Aminochrome-Induced Disruption of Autophagosome-Lysosome Fusion: Implications for Protein Aggregation in Parkinson's Disease

Aminochrome, an endogenous neurotoxin, has been suggested that it is implicated in the loss of dopaminergic neurons that contain neuromelanin in the nigrostriatal system in Parkinson's disease. While aminochrome-induced oxidative stress, as well as its inhibitory effects on microtubule polymerization in neuronal models, are well documented, its impact on autophagosome–lysosome fusion and protein aggregation remains unexplored. The aim of this research was to evaluate the effects of aminochrome on the fusion between autophagosomes and lysosomes, and the accumulation of protein aggregated using SH-SY5Y cells differentiated into dopaminergic neurons. Our findings reveal that aminochrome like vinblastine, delays the fusion of autophagosomes with lysosomes, as evidenced by decreased colocalization of LC3β-LAMP1. This effect was also observed after the addition of autophagy inductors such as rapamycin and trehalose. Moreover, rapamycin and trehalose mitigate aminochrome-induced cell death, whereas vinblastine exacerbates it. Bafilomycin A1, despite reducing LC3β-LAMP1 colocalization, offers protection against aminochrome-induced cytotoxicity.

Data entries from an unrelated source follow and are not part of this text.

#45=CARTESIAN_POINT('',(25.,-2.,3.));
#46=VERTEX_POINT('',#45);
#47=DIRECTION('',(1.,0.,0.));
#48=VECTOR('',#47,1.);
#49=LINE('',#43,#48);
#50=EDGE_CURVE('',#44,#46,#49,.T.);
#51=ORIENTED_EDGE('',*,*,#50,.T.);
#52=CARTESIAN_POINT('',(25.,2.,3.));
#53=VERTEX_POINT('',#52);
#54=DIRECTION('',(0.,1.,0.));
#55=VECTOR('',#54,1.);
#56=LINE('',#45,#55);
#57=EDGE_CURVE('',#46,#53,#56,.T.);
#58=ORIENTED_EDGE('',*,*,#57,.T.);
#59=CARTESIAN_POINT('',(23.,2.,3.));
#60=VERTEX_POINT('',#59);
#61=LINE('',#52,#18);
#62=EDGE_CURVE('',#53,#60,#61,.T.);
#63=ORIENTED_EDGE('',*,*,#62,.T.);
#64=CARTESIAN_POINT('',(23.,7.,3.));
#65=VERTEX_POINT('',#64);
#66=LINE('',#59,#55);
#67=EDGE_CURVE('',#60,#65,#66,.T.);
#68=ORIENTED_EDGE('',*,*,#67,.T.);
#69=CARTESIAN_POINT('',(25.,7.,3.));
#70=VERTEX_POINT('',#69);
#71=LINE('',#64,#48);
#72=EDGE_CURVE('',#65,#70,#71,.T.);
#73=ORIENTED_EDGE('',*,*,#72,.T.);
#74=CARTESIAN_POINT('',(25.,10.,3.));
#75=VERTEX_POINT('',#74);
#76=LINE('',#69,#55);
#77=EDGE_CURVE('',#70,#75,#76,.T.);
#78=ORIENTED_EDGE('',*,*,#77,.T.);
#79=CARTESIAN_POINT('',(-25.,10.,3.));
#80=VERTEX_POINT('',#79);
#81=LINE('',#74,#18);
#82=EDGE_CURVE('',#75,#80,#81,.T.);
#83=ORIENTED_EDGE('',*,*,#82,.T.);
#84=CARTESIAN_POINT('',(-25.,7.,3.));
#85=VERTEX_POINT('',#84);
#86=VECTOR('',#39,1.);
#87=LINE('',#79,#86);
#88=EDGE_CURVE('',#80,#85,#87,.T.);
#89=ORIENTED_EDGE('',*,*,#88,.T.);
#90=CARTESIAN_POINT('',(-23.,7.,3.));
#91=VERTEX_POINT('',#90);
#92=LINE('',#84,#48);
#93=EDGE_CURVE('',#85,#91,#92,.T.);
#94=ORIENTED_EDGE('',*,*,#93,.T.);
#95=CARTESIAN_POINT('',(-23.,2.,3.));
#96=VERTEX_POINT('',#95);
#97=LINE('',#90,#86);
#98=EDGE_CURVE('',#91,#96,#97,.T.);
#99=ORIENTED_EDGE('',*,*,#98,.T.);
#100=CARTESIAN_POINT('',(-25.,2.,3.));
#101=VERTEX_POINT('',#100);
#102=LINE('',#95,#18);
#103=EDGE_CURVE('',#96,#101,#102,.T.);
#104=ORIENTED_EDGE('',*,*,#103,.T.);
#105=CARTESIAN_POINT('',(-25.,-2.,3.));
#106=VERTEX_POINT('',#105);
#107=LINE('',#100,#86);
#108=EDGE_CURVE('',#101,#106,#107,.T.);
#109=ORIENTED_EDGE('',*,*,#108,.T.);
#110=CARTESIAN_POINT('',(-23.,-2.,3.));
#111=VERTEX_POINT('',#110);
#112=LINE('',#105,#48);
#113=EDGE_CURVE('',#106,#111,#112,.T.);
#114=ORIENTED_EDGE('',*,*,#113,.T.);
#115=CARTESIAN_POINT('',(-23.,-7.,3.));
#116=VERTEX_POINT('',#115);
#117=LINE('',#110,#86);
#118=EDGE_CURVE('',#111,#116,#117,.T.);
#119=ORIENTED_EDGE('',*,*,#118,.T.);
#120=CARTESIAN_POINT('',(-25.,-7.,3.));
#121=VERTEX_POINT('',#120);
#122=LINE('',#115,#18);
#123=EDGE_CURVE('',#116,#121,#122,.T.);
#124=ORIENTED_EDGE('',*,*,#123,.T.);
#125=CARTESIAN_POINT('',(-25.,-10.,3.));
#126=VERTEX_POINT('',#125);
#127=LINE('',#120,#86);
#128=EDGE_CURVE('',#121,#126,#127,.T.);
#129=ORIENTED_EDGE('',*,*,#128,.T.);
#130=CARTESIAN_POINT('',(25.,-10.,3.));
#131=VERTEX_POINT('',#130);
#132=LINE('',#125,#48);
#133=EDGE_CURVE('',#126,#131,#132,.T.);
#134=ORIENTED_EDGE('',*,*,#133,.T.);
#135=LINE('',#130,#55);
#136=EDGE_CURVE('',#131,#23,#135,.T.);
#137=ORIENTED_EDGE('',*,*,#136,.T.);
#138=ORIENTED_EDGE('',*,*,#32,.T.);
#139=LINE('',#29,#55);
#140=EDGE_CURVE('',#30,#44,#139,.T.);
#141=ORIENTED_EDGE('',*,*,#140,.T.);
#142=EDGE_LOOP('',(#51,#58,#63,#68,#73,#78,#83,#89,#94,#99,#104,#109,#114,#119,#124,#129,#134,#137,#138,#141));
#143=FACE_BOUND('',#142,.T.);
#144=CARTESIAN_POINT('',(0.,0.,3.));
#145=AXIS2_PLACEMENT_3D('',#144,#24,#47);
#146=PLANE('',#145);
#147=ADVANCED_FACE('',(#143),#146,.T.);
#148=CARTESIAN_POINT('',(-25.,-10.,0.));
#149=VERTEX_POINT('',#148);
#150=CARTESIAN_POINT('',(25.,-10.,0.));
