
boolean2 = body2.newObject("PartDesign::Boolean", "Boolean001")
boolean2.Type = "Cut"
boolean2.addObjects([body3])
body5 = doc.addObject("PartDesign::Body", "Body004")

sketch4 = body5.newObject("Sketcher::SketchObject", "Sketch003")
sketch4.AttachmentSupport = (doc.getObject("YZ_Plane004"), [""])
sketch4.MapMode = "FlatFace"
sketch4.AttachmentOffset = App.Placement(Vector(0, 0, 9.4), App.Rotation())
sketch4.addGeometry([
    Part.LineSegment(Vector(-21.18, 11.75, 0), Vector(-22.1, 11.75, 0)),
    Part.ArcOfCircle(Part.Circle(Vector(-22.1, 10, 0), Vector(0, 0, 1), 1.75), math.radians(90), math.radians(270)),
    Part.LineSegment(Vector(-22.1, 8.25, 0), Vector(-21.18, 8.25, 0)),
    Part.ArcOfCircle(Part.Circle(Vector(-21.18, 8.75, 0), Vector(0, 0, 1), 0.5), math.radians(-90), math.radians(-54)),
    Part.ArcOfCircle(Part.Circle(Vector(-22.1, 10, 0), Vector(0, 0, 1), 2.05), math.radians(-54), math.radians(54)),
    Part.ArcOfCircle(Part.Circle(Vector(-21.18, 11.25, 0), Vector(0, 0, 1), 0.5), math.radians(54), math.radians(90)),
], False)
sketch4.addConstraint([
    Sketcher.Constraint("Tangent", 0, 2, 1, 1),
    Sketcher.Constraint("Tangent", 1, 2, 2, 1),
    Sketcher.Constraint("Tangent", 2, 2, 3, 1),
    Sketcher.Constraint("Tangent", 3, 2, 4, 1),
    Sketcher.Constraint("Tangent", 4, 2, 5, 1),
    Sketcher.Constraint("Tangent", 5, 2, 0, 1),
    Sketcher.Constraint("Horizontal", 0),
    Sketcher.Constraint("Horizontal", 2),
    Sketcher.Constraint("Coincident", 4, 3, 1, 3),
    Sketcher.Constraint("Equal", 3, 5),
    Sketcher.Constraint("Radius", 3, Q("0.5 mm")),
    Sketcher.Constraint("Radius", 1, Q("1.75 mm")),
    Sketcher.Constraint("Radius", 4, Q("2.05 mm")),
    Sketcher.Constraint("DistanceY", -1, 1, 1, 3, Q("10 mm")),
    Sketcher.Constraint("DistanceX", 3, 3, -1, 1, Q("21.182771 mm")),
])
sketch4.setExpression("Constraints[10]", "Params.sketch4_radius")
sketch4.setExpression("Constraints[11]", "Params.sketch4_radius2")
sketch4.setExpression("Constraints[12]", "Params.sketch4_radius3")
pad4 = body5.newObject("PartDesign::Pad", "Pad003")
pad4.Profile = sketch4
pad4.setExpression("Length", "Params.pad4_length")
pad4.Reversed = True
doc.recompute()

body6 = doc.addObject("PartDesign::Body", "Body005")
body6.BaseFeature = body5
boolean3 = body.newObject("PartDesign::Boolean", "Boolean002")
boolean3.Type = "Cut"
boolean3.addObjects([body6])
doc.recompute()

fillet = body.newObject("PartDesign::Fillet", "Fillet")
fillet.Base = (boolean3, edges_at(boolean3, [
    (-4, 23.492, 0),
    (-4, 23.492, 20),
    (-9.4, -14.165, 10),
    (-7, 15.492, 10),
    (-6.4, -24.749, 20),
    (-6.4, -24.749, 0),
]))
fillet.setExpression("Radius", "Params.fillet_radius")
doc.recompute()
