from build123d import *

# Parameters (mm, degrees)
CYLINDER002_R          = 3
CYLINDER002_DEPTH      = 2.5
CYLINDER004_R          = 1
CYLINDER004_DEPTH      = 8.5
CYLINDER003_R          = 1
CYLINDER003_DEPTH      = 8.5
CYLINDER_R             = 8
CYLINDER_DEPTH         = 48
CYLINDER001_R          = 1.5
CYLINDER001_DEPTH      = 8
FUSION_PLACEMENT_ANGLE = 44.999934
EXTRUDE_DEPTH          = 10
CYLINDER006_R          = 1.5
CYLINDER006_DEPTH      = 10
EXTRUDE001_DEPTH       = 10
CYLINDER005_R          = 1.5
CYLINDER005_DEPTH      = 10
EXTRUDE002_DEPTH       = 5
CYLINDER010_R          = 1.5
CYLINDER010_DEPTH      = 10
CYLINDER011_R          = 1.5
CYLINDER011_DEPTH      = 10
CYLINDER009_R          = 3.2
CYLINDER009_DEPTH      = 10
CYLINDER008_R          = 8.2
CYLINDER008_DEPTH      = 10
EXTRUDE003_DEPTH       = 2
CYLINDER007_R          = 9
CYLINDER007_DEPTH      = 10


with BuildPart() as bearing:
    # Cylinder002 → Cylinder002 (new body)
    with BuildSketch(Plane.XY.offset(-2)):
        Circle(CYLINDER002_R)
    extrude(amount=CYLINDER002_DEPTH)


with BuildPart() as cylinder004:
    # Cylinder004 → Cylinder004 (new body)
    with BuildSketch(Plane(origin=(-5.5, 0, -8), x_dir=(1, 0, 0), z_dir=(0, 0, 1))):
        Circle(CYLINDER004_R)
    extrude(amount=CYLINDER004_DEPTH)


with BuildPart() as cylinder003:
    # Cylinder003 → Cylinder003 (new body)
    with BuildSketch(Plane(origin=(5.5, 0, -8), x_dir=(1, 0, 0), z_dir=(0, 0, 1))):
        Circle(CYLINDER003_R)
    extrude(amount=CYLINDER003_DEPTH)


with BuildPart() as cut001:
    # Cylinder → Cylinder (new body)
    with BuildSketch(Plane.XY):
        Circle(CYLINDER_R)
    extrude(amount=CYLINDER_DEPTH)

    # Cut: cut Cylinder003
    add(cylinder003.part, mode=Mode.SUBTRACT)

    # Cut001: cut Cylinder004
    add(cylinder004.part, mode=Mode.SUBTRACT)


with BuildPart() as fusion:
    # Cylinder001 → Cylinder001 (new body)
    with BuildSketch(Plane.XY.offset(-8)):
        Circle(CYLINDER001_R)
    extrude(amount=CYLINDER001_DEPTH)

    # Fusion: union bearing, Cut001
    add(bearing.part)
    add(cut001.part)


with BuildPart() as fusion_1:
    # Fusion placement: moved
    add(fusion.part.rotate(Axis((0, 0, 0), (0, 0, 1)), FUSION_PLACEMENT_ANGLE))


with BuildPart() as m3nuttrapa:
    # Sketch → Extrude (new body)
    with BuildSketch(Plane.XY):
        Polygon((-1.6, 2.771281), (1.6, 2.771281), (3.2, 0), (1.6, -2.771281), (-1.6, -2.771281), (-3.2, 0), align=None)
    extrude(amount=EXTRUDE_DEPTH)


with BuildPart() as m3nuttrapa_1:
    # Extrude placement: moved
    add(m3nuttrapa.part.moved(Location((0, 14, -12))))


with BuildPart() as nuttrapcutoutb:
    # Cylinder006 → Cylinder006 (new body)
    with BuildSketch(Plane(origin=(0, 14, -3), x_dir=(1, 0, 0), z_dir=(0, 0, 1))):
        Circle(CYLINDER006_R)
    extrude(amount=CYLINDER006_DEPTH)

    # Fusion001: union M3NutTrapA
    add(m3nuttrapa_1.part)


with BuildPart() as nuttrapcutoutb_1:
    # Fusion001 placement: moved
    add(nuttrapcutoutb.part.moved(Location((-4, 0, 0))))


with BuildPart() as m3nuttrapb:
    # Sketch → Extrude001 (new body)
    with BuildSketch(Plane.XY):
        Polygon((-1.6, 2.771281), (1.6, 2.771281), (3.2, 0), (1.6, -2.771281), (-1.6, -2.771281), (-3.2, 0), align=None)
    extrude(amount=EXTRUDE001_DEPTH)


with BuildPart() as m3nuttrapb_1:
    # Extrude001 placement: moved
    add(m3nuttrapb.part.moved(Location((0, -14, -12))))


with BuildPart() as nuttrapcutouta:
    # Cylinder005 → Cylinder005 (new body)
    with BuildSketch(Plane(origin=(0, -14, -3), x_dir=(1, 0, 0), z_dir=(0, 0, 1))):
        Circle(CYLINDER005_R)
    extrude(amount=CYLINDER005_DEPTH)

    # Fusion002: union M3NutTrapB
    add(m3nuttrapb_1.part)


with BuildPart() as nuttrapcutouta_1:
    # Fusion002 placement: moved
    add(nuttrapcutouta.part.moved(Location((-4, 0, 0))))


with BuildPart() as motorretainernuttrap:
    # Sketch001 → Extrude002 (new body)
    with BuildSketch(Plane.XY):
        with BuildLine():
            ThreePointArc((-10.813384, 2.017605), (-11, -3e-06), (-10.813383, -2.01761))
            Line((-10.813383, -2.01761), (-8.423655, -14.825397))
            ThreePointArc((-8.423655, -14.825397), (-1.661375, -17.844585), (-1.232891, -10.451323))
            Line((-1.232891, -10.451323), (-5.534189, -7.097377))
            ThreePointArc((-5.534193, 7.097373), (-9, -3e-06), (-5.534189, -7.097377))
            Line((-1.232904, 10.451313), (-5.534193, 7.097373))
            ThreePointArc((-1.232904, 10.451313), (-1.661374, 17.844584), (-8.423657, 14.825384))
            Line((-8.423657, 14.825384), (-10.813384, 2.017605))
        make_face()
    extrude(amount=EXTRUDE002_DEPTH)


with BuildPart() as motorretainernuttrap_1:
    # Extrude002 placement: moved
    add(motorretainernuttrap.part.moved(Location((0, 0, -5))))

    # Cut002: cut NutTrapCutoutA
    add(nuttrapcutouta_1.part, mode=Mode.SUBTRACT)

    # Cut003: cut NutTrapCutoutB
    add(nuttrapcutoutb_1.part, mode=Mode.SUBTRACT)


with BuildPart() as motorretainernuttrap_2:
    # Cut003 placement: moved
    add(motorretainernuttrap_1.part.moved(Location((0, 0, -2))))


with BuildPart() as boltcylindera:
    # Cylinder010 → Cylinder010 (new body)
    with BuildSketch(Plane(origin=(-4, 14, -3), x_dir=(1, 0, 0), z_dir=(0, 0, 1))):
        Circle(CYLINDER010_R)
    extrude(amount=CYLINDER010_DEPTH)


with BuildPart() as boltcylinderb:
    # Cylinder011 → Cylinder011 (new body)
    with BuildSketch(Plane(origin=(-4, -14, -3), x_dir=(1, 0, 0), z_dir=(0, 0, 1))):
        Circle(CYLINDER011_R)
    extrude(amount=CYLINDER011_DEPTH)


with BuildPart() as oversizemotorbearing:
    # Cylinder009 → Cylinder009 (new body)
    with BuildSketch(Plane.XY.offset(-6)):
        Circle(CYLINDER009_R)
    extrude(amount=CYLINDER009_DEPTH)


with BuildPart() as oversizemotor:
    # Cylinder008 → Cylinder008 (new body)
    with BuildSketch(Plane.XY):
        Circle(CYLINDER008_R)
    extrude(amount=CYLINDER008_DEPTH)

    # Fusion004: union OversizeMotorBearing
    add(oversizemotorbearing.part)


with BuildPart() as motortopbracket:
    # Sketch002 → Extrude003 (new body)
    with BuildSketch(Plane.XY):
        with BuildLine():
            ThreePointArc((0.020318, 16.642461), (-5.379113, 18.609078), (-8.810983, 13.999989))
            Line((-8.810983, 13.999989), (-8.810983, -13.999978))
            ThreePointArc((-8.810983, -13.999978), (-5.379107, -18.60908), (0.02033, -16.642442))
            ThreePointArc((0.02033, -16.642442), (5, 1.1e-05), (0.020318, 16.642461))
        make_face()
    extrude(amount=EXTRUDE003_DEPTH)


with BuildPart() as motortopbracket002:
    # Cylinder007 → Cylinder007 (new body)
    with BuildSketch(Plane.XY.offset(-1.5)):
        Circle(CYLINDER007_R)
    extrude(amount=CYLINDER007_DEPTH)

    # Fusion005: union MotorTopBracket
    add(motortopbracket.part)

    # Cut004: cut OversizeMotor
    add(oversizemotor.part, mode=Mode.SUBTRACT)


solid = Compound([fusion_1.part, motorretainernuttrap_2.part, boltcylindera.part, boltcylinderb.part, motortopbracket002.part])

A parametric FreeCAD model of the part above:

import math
import FreeCAD as App
import Part
import Sketcher
from FreeCAD import Vector
Q = App.Units.Quantity


def add_polygon(sketch, points):
    """Adds a closed chain of lines whose ends are joined by coincident constraints."""
    first, n = sketch.GeometryCount, len(points)
    for a, b in zip(points, points[1:] + points[:1]):
        sketch.addGeometry(Part.LineSegment(App.Vector(*a, 0), App.Vector(*b, 0)), False)
    for i in range(n):
        sketch.addConstraint(Sketcher.Constraint("Coincident", first + i, 2, first + (i + 1) % n, 1))

doc = App.newDocument("Part")
body = doc.addObject("PartDesign::Body", "Body")

sketch1 = body.newObject("Sketcher::SketchObject", "Sketch")
sketch1.AttachmentSupport = (doc.getObject("XY_Plane"), [""])
sketch1.MapMode = "FlatFace"
sketch1.AttachmentOffset = App.Placement(Vector(0, 0, -2), App.Rotation())
sketch1.addGeometry(Part.Circle(Vector(0, 0, 0), Vector(0, 0, 1), 3), False)
sketch1.addConstraint([
    Sketcher.Constraint("Coincident", 0, 3, -1, 1),
    Sketcher.Constraint("Diameter", 0, Q("6 mm")),
])
pad1 = body.newObject("PartDesign::Pad", "Pad")
pad1.Profile = sketch1
pad1.Length = 2.5
body2 = doc.addObject("PartDesign::Body", "Body001")

sketch2 = body2.newObject("Sketcher::SketchObject", "Sketch001")
sketch2.AttachmentSupport = (doc.getObject("XY_Plane001"), [""])
sketch2.MapMode = "FlatFace"
sketch2.AttachmentOffset = App.Placement(Vector(0, 0, -8), App.Rotation())
sketch2.addGeometry(Part.Circle(Vector(-5.5, 0, 0), Vector(0, 0, 1), 1), False)
sketch2.addConstraint([
    Sketcher.Constraint("PointOnObject", 0, 3, -1),
    Sketcher.Constraint("Diameter", 0, Q("2 mm")),
    Sketcher.Constraint("DistanceX", 0, 3, -1, 1, Q("5.5 mm")),
])
pad2 = body2.newObject("PartDesign::Pad", "Pad001")
pad2.Profile = sketch2
pad2.Length = 8.5
body3 = doc.addObject("PartDesign::Body", "Body002")

sketch3 = body3.newObject("Sketcher::SketchObject", "Sketch002")
sketch3.AttachmentSupport = (doc.getObject("XY_Plane002"), [""])
sketch3.MapMode = "FlatFace"
sketch3.AttachmentOffset = App.Placement(Vector(0, 0, -8), App.Rotation())
sketch3.addGeometry(Part.Circle(Vector(5.5, 0, 0), Vector(0, 0, 1), 1), False)
sketch3.addConstraint([
    Sketcher.Constraint("PointOnObject", 0, 3, -1),
    Sketcher.Constraint("Diameter", 0, Q("2 mm")),
    Sketcher.Constraint("DistanceX", -1, 1, 0, 3, Q("5.5 mm")),
])
pad3 = body3.newObject("PartDesign::Pad", "Pad002")
pad3.Profile = sketch3
pad3.Length = 8.5
body4 = doc.addObject("PartDesign::Body", "Body003")

sketch4 = body4.newObject("Sketcher::SketchObject", "Sketch003")
sketch4.AttachmentSupport = (doc.getObject("XY_Plane003"), [""])
sketch4.MapMode = "FlatFace"
sketch4.addGeometry(Part.Circle(Vector(0, 0, 0), Vector(0, 0, 1), 8), False)
sketch4.addConstraint([
    Sketcher.Constraint("Coincident", 0, 3, -1, 1),
    Sketcher.Constraint("Diameter", 0, Q("16 mm")),
])
pad4 = body4.newObject("PartDesign::Pad", "Pad003")
pad4.Profile = sketch4
pad4.Length = 48
doc.recompute()

boolean = body4.newObject("PartDesign::Boolean", "Boolean")
boolean.Type = "Cut"
boolean.addObjects([body3])
doc.recompute()

boolean2 = body4.newObject("PartDesign::Boolean", "Boolean001")
boolean2.Type = "Cut"
boolean2.addObjects([body2])
body5 = doc.addObject("PartDesign::Body", "Body004")

sketch5 = body5.newObject("Sketcher::SketchObject", "Sketch004")
sketch5.AttachmentSupport = (doc.getObject("XY_Plane004"), [""])
sketch5.MapMode = "FlatFace"
sketch5.AttachmentOffset = App.Placement(Vector(0, 0, -8), App.Rotation())
sketch5.addGeometry(Part.Circle(Vector(0, 0, 0), Vector(0, 0, 1), 1.5), False)
sketch5.addConstraint([
    Sketcher.Constraint("Coincident", 0, 3, -1, 1),
    Sketcher.Constraint("Diameter", 0, Q("3 mm")),
])
pad5 = body5.newObject("PartDesign::Pad", "Pad004")
pad5.Profile = sketch5
pad5.Length = 8
doc.recompute()

boolean3 = body5.newObject("PartDesign::Boolean", "Boolean002")
boolean3.Type = "Fuse"
boolean3.addObjects([body])
doc.recompute()

boolean4 = body5.newObject("PartDesign::Boolean", "Boolean003")
boolean4.Type = "Fuse"
boolean4.addObjects([body4])
body6 = doc.addObject("PartDesign::Body", "Body005")
doc.recompute()

body5.Placement = App.Placement(Vector(0, 0, 0), App.Rotation(Vector(0, 0, 1), 44.999934))
boolean5 = body6.newObject("PartDesign::Boolean", "Boolean004")
boolean5.Type = "Fuse"
boolean5.addObjects([body5])
body7 = doc.addObject("PartDesign::Body", "Body006")

sketch6 = body7.newObject("Sketcher::SketchObject", "Sketch005")
sketch6.AttachmentSupport = (doc.getObject("XY_Plane006"), [""])
sketch6.MapMode = "FlatFace"
add_polygon(sketch6, [(1.6, 2.771281), (-1.6, 2.771281), (-3.2, 0), (-1.6, -2.771281), (1.6, -2.771281), (3.2, 0)])
sketch6.addConstraint([
    Sketcher.Constraint("Horizontal", 0),
    Sketcher.Constraint("Horizontal", 3),
    Sketcher.Constraint("Symmetric", 0, 2, 3, 2, -1, 1),
    Sketcher.Constraint("Symmetric", 1, 2, 4, 2, -1, 1),
    Sketcher.Constraint("PointOnObject", 1, 2, -1),
    Sketcher.Constraint("Parallel", 2, 5),
    Sketcher.Constraint("Vertical", 0, 2, 2, 2),
    Sketcher.Constraint("Angle", 1, Q("-120.000003 deg")),
    Sketcher.Constraint("DistanceX", 0, 2, 0, 1, Q("3.2 mm")),
    Sketcher.Constraint("Distance", 1, Q("3.2 mm")),
])
pad6 = body7.newObject("PartDesign::Pad", "Pad005")
pad6.Profile = sketch6
pad6.Length = 10
body8 = doc.addObject("PartDesign::Body", "Body007")
doc.recompute()

body7.Placement = App.Placement(Vector(0, 14, -12), App.Rotation(Vector(0, 0, 1), 0))
boolean6 = body8.newObject("PartDesign::Boolean", "Boolean005")
boolean6.Type = "Fuse"
boolean6.addObjects([body7])
body9 = doc.addObject("PartDesign::Body", "Body008")

sketch7 = body9.newObject("Sketcher::SketchObject", "Sketch006")
sketch7.AttachmentSupport = (doc.getObject("XY_Plane008"), [""])
sketch7.MapMode = "FlatFace"
sketch7.AttachmentOffset = App.Placement(Vector(0, 0, -3), App.Rotation())
sketch7.addGeometry(Part.Circle(Vector(0, 14, 0), Vector(0, 0, 1), 1.5), False)
sketch7.addConstraint([
    Sketcher.Constraint("PointOnObject", 0, 3, -2),
    Sketcher.Constraint("Diameter", 0, Q("3 mm")),
    Sketcher.Constraint("DistanceY", -1, 1, 0, 3, Q("14 mm")),
])
pad7 = body9.newObject("PartDesign::Pad", "Pad006")
pad7.Profile = sketch7
pad7.Length = 10
doc.recompute()

boolean7 = body9.newObject("PartDesign::Boolean", "Boolean006")
boolean7.Type = "Fuse"
boolean7.addObjects([body8])
body10 = doc.addObject("PartDesign::Body", "Body009")
doc.recompute()

body9.Placement = App.Placement(Vector(-4, 0, 0), App.Rotation(Vector(0, 0, 1), 0))
boolean8 = body10.newObject("PartDesign::Boolean", "Boolean007")
boolean8.Type = "Fuse"
boolean8.addObjects([body9])
body11 = doc.addObject("PartDesign::Body", "Body010")

sketch8 = body11.newObject("Sketcher::SketchObject", "Sketch007")
sketch8.AttachmentSupport = (doc.getObject("XY_Plane010"), [""])
sketch8.MapMode = "FlatFace"
add_polygon(sketch8, [(1.6, 2.771281), (-1.6, 2.771281), (-3.2, 0), (-1.6, -2.771281), (1.6, -2.771281), (3.2, 0)])
sketch8.addConstraint([
    Sketcher.Constraint("Horizontal", 0),
    Sketcher.Constraint("Horizontal", 3),
    Sketcher.Constraint("Symmetric", 0, 2, 3, 2, -1, 1),
    Sketcher.Constraint("Symmetric", 1, 2, 4, 2, -1, 1),
    Sketcher.Constraint("PointOnObject", 1, 2, -1),
    Sketcher.Constraint("Parallel", 2, 5),
    Sketcher.Constraint("Vertical", 0, 2, 2, 2),
    Sketcher.Constraint("Angle", 1, Q("-120.000003 deg")),
    Sketcher.Constraint("DistanceX", 0, 2, 0, 1, Q("3.2 mm")),
    Sketcher.Constraint("Distance", 1, Q("3.2 mm")),
])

These disruptions in autophagosome-lysosome fusion are associated with accumulation of perinuclear vimentin and ubiquitin aggregates together with increased colocalization between vimentin and ubiquitin. Interestingly, the presence of ubiquitin aggregates at the nuclear level were also observed. It is postulated that the effect of aminochrome on the microtubule network, particularly inhibition of the autophagosome-lysosome fusion and the accumulation of protein aggregates, could be one of the critical events that lead to cell death. Our findings underscore the therapeutic potential of targeting microtubule stabilization and autophagy/UPS induction in Parkinson's disease, an energy-dependent process, highlighting the need for further research into nuclear proteotoxicity mechanisms.